▶ **Assignment**
Using the records below, write out again exactly the lines that begin at the line containing "f 45 103 106" and end at the line containing "f 58 116 114", and no other lines.

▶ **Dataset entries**
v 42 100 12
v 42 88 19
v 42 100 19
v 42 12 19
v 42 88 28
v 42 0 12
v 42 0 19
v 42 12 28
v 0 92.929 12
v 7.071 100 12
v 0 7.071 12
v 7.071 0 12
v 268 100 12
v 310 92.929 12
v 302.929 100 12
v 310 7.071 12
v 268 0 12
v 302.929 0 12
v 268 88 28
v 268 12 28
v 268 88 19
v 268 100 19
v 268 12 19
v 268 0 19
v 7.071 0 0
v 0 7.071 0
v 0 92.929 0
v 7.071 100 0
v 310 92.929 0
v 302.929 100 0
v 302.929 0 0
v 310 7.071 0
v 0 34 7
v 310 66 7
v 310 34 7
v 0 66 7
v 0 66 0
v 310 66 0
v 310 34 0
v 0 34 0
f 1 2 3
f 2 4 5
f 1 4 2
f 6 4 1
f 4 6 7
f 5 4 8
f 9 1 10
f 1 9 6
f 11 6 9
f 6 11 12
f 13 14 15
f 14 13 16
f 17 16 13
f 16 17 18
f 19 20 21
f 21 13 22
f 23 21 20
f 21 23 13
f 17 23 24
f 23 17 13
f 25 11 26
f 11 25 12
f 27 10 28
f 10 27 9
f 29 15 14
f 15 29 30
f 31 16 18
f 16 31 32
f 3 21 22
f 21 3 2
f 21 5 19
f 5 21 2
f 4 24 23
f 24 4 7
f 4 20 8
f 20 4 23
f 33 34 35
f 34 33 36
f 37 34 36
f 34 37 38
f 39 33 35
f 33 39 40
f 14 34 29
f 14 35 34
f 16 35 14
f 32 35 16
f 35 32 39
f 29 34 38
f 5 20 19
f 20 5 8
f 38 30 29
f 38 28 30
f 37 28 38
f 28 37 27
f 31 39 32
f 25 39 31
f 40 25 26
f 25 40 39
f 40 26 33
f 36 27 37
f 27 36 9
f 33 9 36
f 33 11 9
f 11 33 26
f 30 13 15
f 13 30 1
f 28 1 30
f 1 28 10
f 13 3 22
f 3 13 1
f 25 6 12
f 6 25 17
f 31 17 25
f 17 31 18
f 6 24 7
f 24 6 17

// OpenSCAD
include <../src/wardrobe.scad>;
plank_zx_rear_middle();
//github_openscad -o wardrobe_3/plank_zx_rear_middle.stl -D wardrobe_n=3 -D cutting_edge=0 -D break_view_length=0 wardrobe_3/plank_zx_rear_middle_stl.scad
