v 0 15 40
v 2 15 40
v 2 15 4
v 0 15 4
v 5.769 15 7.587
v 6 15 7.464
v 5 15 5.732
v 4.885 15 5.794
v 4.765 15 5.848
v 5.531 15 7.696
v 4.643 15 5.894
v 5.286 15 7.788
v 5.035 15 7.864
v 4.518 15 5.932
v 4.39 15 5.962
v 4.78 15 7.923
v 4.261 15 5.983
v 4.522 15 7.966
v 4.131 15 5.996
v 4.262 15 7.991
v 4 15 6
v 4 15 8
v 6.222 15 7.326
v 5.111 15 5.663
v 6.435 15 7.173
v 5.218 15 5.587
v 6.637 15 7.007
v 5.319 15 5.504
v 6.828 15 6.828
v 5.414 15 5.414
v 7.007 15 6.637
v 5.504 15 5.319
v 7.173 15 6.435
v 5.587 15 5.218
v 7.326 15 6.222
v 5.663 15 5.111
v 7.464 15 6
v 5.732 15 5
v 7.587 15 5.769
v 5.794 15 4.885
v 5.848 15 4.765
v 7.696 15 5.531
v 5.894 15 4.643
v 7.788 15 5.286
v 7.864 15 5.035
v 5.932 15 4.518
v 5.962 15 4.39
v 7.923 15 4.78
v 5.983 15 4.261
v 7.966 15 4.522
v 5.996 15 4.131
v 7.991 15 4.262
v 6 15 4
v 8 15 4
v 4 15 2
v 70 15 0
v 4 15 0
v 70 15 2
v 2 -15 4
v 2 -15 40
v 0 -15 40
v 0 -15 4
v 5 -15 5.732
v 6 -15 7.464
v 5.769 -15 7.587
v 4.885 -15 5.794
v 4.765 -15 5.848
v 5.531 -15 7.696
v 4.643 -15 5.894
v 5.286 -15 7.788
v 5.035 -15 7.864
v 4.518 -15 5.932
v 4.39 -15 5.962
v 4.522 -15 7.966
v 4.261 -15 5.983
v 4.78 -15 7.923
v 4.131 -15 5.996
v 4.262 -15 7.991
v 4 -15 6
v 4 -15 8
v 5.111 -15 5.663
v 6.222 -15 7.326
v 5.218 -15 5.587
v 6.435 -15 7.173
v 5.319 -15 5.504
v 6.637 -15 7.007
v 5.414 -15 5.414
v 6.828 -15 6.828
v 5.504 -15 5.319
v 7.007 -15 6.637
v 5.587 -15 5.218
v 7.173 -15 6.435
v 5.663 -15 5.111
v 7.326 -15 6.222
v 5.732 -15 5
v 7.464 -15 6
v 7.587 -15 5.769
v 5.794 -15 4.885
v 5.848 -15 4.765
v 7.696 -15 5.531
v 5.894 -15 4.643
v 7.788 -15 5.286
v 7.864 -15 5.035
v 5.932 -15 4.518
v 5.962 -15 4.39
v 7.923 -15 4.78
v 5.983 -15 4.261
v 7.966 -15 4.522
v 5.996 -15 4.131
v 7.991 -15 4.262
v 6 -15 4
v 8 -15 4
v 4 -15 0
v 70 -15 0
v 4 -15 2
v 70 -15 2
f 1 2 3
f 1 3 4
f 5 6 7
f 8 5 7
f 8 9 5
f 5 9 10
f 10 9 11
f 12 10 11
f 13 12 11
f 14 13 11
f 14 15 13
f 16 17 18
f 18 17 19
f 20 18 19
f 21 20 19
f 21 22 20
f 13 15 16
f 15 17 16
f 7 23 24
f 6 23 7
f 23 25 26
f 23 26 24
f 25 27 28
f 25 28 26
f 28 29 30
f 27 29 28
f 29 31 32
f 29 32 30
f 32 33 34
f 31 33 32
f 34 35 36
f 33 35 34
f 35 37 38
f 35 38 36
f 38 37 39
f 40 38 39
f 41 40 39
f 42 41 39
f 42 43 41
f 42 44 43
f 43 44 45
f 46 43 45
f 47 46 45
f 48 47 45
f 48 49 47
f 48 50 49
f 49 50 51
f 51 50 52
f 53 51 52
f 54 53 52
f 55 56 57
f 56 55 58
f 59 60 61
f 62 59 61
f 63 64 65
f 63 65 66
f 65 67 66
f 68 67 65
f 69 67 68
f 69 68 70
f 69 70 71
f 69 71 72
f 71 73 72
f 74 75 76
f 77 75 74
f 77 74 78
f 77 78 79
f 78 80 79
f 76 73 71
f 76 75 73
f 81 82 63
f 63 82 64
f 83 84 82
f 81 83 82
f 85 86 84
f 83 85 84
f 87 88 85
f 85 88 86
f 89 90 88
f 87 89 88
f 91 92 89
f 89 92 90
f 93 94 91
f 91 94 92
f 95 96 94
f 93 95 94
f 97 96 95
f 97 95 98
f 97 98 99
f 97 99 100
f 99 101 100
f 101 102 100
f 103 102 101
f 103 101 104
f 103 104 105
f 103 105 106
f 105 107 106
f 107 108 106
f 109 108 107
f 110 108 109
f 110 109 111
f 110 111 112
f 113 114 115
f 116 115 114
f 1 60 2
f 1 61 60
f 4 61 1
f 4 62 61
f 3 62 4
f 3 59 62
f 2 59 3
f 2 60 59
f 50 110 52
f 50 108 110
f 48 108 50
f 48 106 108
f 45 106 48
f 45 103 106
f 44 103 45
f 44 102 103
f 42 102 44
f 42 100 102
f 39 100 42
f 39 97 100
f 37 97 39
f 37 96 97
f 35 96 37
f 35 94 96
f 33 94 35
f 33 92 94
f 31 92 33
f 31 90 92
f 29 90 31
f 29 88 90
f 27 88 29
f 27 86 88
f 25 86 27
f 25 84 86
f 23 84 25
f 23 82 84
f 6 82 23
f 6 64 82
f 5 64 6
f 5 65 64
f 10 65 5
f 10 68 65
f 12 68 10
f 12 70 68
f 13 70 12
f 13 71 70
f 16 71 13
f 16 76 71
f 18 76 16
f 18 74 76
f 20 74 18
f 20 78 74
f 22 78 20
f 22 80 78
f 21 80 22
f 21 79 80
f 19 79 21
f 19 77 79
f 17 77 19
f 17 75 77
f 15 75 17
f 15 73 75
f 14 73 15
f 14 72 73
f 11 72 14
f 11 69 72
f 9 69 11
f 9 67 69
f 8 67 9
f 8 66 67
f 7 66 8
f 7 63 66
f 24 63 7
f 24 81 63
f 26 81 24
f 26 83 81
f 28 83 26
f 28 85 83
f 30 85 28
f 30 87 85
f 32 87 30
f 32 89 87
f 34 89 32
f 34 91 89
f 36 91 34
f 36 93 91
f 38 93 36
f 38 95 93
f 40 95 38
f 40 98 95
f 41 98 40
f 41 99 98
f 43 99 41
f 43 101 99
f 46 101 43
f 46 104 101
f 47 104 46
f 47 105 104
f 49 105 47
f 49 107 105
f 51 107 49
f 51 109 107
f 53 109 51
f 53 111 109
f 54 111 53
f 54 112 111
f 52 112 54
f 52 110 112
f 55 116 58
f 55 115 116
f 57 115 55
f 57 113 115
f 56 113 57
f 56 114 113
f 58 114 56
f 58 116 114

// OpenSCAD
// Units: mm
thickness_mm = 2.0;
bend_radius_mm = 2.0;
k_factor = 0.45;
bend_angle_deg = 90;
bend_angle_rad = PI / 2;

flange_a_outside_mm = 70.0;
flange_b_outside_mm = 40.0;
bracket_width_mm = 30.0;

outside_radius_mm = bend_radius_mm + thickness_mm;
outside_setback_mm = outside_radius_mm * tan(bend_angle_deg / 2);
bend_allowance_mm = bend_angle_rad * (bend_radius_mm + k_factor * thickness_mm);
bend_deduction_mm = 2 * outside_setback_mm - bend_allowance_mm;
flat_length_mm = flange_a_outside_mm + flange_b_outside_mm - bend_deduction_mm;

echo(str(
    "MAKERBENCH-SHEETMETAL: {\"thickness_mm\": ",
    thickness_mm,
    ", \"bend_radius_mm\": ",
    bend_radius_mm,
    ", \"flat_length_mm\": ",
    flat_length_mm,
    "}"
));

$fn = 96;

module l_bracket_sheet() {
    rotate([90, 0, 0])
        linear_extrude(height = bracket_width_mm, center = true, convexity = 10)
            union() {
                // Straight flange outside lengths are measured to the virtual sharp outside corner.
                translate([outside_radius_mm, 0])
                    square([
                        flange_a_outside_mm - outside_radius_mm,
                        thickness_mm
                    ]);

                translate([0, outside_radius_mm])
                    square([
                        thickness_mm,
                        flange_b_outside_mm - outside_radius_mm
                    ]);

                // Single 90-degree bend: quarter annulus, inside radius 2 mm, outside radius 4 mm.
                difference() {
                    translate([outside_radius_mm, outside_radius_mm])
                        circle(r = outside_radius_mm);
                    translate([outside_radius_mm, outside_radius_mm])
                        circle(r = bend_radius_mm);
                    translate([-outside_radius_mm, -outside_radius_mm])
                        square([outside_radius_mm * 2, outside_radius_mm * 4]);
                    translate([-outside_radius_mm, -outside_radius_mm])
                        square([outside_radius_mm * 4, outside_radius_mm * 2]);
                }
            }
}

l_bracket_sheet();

▶ **Solution**
f 45 103 106
f 44 103 45
f 44 102 103
f 42 102 44
f 42 100 102
f 39 100 42
f 39 97 100
f 37 97 39
f 37 96 97
f 35 96 37
f 35 94 96
f 33 94 35
f 33 92 94
f 31 92 33
f 31 90 92
f 29 90 31
f 29 88 90
f 27 88 29
f 27 86 88
f 25 86 27
f 25 84 86
f 23 84 25
f 23 82 84
f 6 82 23
f 6 64 82
f 5 64 6
f 5 65 64
f 10 65 5
f 10 68 65
f 12 68 10
f 12 70 68
f 13 70 12
f 13 71 70
f 16 71 13
f 16 76 71
f 18 76 16
f 18 74 76
f 20 74 18
f 20 78 74
f 22 78 20
f 22 80 78
f 21 80 22
f 21 79 80
f 19 79 21
f 19 77 79
f 17 77 19
f 17 75 77
f 15 75 17
f 15 73 75
f 14 73 15
f 14 72 73
f 11 72 14
f 11 69 72
f 9 69 11
f 9 67 69
f 8 67 9
f 8 66 67
f 7 66 8
f 7 63 66
f 24 63 7
f 24 81 63
f 26 81 24
f 26 83 81
f 28 83 26
f 28 85 83
f 30 85 28
f 30 87 85
f 32 87 30
f 32 89 87
f 34 89 32
f 34 91 89
f 36 91 34
f 36 93 91
f 38 93 36
f 38 95 93
f 40 95 38
f 40 98 95
f 41 98 40
f 41 99 98
f 43 99 41
f 43 101 99
f 46 101 43
f 46 104 101
f 47 104 46
f 47 105 104
f 49 105 47
f 49 107 105
f 51 107 49
f 51 109 107
f 53 109 51
f 53 111 109
f 54 111 53
f 54 112 111
f 52 112 54
f 52 110 112
f 55 116 58
f 55 115 116
f 57 115 55
f 57 113 115
f 56 113 57
f 56 114 113
f 58 114 56
f 58 116 114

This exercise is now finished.